[Task description]:
Please reproduce the data below exactly, from the first line through the line containing "v 1.5 -12.5 20", and leave every later line out.

Stored data entries
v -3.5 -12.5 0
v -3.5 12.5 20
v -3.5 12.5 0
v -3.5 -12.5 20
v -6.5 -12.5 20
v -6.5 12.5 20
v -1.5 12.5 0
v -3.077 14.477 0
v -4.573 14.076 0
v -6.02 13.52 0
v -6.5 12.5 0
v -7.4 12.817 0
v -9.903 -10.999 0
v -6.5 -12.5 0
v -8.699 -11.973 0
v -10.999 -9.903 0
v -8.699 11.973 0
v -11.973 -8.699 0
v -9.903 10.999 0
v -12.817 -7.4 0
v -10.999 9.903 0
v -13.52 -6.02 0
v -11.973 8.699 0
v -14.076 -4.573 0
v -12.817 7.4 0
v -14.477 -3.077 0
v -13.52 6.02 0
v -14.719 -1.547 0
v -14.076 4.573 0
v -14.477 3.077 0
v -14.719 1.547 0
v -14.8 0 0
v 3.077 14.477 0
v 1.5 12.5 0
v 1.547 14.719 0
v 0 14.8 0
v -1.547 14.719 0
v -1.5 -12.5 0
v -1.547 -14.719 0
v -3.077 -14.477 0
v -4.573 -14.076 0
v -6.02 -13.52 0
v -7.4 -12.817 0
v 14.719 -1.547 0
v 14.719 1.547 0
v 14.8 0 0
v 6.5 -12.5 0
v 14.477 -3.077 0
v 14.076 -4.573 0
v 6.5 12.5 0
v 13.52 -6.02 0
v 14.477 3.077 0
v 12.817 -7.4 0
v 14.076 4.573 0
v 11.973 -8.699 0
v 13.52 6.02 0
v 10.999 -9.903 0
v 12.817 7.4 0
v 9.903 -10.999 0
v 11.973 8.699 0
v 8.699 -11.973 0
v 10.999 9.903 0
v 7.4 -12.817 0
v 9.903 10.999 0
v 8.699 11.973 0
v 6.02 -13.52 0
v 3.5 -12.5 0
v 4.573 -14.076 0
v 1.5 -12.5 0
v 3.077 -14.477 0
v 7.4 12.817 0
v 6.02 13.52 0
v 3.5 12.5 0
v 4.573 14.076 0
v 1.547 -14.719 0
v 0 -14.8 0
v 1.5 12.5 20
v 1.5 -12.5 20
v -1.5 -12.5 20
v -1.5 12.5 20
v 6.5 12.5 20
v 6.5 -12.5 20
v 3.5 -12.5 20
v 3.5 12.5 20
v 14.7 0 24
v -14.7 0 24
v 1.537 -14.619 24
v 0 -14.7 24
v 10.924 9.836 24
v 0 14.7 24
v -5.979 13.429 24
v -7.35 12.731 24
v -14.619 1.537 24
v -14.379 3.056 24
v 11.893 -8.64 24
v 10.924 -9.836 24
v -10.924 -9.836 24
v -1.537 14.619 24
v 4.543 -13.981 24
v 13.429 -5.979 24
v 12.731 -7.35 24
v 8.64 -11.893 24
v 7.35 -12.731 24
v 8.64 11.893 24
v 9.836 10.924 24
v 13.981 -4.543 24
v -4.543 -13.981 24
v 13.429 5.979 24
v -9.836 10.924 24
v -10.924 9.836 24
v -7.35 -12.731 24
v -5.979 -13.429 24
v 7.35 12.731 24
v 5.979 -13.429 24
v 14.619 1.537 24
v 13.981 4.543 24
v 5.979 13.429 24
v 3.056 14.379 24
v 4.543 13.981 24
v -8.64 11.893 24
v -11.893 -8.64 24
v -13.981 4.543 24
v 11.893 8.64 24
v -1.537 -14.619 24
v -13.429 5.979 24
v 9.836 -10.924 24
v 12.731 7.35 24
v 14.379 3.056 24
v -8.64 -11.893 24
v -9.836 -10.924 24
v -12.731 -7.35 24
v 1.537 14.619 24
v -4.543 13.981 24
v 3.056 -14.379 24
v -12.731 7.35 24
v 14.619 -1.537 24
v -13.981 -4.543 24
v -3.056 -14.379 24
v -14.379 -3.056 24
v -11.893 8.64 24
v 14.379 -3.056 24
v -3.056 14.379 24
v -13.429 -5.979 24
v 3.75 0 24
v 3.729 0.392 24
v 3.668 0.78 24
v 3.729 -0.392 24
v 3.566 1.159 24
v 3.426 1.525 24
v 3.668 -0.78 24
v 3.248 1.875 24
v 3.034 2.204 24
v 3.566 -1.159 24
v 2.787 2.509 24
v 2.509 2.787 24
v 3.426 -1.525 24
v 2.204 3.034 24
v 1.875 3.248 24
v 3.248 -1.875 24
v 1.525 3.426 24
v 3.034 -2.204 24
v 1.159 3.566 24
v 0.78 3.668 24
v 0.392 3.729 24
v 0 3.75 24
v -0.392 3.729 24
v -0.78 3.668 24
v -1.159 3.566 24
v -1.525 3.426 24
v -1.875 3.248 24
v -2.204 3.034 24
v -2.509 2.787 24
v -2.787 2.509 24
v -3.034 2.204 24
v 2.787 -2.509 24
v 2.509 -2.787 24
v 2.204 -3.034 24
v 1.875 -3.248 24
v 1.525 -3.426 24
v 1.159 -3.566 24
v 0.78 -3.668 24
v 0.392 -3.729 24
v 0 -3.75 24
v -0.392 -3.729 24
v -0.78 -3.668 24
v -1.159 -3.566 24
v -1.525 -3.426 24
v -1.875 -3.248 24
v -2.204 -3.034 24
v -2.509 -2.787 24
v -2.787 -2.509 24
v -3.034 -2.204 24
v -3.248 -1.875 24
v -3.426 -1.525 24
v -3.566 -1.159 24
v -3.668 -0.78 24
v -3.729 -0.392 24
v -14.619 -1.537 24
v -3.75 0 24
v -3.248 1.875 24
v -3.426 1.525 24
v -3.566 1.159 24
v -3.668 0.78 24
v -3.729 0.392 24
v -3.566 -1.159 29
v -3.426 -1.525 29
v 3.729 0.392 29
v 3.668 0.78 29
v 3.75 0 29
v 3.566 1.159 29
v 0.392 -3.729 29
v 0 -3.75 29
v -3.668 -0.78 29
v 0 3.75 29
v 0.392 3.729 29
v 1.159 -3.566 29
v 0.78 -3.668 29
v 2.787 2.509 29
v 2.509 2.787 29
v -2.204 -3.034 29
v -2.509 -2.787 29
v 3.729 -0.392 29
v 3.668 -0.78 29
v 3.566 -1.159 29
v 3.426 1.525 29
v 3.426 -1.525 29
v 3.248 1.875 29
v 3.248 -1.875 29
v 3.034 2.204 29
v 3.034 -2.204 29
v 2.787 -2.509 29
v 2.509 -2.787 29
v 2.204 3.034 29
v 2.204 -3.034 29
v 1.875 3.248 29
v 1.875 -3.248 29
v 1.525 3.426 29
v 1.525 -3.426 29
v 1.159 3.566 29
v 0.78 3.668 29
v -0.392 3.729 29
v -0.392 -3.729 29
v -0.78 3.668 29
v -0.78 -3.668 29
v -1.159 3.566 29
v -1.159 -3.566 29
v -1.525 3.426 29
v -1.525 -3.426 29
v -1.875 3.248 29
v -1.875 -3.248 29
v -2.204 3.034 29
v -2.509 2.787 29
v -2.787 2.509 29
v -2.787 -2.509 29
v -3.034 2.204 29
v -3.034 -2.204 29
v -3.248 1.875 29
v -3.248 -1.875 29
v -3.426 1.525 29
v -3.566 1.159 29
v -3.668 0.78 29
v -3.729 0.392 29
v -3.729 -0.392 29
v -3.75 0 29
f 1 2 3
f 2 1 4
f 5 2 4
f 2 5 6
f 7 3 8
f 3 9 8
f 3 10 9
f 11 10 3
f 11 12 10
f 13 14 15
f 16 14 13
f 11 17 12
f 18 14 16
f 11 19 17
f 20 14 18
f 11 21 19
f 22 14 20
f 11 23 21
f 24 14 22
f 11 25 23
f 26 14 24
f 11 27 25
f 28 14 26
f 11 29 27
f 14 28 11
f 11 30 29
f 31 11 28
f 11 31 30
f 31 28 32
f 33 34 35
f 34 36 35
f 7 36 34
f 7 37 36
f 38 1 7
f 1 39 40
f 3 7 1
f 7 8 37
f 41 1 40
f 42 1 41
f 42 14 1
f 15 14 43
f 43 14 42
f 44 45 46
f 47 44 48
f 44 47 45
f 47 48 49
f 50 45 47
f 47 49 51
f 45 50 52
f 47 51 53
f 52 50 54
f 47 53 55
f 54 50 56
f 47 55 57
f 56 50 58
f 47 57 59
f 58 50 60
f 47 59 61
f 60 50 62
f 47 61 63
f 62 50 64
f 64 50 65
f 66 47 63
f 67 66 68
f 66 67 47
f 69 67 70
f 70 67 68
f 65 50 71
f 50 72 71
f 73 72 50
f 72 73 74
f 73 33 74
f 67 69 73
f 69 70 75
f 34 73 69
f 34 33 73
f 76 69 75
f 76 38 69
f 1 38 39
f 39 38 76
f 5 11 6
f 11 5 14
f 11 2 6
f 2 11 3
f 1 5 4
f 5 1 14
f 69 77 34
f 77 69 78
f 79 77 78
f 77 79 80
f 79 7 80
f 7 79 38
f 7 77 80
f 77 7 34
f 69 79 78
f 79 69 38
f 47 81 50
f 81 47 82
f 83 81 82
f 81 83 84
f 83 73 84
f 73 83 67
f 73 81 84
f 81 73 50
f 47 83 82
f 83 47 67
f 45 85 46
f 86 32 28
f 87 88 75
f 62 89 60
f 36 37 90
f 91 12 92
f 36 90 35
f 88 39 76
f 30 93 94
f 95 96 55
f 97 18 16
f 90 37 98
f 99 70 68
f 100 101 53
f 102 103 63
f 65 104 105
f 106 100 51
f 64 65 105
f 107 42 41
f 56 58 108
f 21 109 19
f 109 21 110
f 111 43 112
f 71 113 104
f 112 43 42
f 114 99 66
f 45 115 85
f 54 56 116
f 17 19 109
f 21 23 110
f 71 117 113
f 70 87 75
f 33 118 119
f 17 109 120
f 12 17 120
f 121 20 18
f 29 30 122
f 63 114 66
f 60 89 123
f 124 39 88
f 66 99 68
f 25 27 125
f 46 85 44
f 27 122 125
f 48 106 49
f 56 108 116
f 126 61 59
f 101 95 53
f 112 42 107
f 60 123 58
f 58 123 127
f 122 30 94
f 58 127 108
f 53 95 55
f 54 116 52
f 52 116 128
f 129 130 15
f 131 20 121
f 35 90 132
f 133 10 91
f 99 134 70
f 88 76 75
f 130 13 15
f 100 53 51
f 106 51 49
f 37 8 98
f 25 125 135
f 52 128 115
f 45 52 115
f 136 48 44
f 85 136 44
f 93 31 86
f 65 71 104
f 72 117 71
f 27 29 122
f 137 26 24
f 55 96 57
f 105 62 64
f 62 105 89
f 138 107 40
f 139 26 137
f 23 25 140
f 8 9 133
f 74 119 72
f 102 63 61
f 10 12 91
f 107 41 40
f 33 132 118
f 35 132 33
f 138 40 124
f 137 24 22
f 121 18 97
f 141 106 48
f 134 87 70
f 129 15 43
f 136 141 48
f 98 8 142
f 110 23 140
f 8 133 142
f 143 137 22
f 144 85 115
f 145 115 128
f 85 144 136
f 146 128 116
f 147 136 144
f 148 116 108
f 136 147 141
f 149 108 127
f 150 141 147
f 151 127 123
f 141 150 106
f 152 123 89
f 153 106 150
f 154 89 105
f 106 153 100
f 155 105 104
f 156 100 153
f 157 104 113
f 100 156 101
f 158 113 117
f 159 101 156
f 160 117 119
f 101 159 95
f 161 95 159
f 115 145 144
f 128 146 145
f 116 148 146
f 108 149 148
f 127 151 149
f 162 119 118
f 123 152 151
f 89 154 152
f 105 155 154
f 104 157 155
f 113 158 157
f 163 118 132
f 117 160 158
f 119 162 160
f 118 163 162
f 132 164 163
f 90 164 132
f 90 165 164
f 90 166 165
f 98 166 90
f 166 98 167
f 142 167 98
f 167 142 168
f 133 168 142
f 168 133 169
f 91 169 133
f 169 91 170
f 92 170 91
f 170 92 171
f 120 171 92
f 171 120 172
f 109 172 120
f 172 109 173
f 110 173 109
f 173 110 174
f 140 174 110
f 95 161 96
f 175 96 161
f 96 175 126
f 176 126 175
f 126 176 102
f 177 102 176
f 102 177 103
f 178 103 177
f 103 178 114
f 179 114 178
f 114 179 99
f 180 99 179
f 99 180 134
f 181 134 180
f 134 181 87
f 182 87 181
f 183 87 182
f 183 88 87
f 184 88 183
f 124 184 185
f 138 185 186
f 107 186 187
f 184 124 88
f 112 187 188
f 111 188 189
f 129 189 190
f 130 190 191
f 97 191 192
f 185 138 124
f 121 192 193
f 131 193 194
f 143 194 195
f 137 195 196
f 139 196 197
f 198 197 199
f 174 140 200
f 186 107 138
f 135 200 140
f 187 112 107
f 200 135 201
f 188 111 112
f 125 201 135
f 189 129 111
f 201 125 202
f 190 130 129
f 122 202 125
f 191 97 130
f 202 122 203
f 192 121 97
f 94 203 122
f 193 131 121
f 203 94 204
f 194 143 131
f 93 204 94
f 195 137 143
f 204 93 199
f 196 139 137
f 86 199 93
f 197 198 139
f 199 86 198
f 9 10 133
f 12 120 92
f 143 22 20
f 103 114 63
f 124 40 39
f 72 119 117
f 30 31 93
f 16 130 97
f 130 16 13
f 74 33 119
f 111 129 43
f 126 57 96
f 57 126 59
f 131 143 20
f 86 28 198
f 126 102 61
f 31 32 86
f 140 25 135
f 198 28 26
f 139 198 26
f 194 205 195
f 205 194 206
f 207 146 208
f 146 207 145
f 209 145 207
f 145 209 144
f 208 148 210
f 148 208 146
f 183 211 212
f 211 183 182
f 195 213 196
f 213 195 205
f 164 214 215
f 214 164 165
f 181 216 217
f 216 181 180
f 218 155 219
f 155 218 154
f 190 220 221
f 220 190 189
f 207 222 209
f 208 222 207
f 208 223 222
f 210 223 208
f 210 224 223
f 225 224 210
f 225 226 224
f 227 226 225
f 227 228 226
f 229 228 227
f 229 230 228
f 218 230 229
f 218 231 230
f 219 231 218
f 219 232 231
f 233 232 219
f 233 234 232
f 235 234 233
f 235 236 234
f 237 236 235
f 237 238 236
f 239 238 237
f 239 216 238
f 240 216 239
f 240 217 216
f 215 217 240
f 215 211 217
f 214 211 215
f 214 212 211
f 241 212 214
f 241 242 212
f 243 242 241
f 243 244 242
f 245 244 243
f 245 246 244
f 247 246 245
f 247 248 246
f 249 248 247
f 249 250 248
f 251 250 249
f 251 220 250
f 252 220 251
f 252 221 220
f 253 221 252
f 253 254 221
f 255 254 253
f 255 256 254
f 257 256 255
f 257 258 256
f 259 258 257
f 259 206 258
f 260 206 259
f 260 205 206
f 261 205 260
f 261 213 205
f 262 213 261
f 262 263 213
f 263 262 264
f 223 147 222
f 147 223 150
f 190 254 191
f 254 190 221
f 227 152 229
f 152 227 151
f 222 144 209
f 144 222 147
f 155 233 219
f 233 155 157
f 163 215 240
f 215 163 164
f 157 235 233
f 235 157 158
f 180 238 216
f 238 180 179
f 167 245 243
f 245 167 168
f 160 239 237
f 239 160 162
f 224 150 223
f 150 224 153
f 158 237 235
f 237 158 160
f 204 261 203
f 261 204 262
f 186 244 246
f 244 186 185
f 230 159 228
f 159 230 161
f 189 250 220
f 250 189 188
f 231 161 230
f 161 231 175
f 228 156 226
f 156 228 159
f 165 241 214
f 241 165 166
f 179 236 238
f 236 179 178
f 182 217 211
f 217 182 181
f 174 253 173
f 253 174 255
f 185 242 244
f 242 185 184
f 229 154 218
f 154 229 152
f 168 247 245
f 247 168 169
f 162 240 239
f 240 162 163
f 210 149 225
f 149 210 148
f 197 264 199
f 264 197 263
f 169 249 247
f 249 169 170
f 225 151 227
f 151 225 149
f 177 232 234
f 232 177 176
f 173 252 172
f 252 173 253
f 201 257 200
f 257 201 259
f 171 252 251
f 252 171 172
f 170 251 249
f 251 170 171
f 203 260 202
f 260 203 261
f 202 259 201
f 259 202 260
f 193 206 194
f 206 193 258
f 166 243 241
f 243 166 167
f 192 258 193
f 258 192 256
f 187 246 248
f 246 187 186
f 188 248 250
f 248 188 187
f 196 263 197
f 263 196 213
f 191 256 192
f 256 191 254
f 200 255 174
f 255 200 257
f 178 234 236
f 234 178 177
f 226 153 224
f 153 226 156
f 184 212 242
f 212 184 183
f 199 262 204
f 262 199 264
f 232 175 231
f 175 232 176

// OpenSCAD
// SD card adapter for film canister

$fn = 60;

module slot() {
    translate([-1.5, -12.5, 0]) {
        cube([3, 25, 20]);
    }
}

module body() {
    cylinder(r1 = 14.8, r2 = 14.7, h = 24);
}

module peg() {
    cylinder(r = 7.5/2, h = 5);
}

module holder() {
    union() {
        difference() {
            body();
            for (i = [-5:5:+5]) {
                translate([i, 0, 0]) {
                    slot();
                }
            }       
        }
        translate([0, 0, 24]) {
            peg();
        }
    }
}

holder();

[Problem solution]:
v -3.5 -12.5 0
v -3.5 12.5 20
v -3.5 12.5 0
v -3.5 -12.5 20
v -6.5 -12.5 20
v -6.5 12.5 20
v -1.5 12.5 0
v -3.077 14.477 0
v -4.573 14.076 0
v -6.02 13.52 0
v -6.5 12.5 0
v -7.4 12.817 0
v -9.903 -10.999 0
v -6.5 -12.5 0
v -8.699 -11.973 0
v -10.999 -9.903 0
v -8.699 11.973 0
v -11.973 -8.699 0
v -9.903 10.999 0
v -12.817 -7.4 0
v -10.999 9.903 0
v -13.52 -6.02 0
v -11.973 8.699 0
v -14.076 -4.573 0
v -12.817 7.4 0
v -14.477 -3.077 0
v -13.52 6.02 0
v -14.719 -1.547 0
v -14.076 4.573 0
v -14.477 3.077 0
v -14.719 1.547 0
v -14.8 0 0
v 3.077 14.477 0
v 1.5 12.5 0
v 1.547 14.719 0
v 0 14.8 0
v -1.547 14.719 0
v -1.5 -12.5 0
v -1.547 -14.719 0
v -3.077 -14.477 0
v -4.573 -14.076 0
v -6.02 -13.52 0
v -7.4 -12.817 0
v 14.719 -1.547 0
v 14.719 1.547 0
v 14.8 0 0
v 6.5 -12.5 0
v 14.477 -3.077 0
v 14.076 -4.573 0
v 6.5 12.5 0
v 13.52 -6.02 0
v 14.477 3.077 0
v 12.817 -7.4 0
v 14.076 4.573 0
v 11.973 -8.699 0
v 13.52 6.02 0
v 10.999 -9.903 0
v 12.817 7.4 0
v 9.903 -10.999 0
v 11.973 8.699 0
v 8.699 -11.973 0
v 10.999 9.903 0
v 7.4 -12.817 0
v 9.903 10.999 0
v 8.699 11.973 0
v 6.02 -13.52 0
v 3.5 -12.5 0
v 4.573 -14.076 0
v 1.5 -12.5 0
v 3.077 -14.477 0
v 7.4 12.817 0
v 6.02 13.52 0
v 3.5 12.5 0
v 4.573 14.076 0
v 1.547 -14.719 0
v 0 -14.8 0
v 1.5 12.5 20
v 1.5 -12.5 20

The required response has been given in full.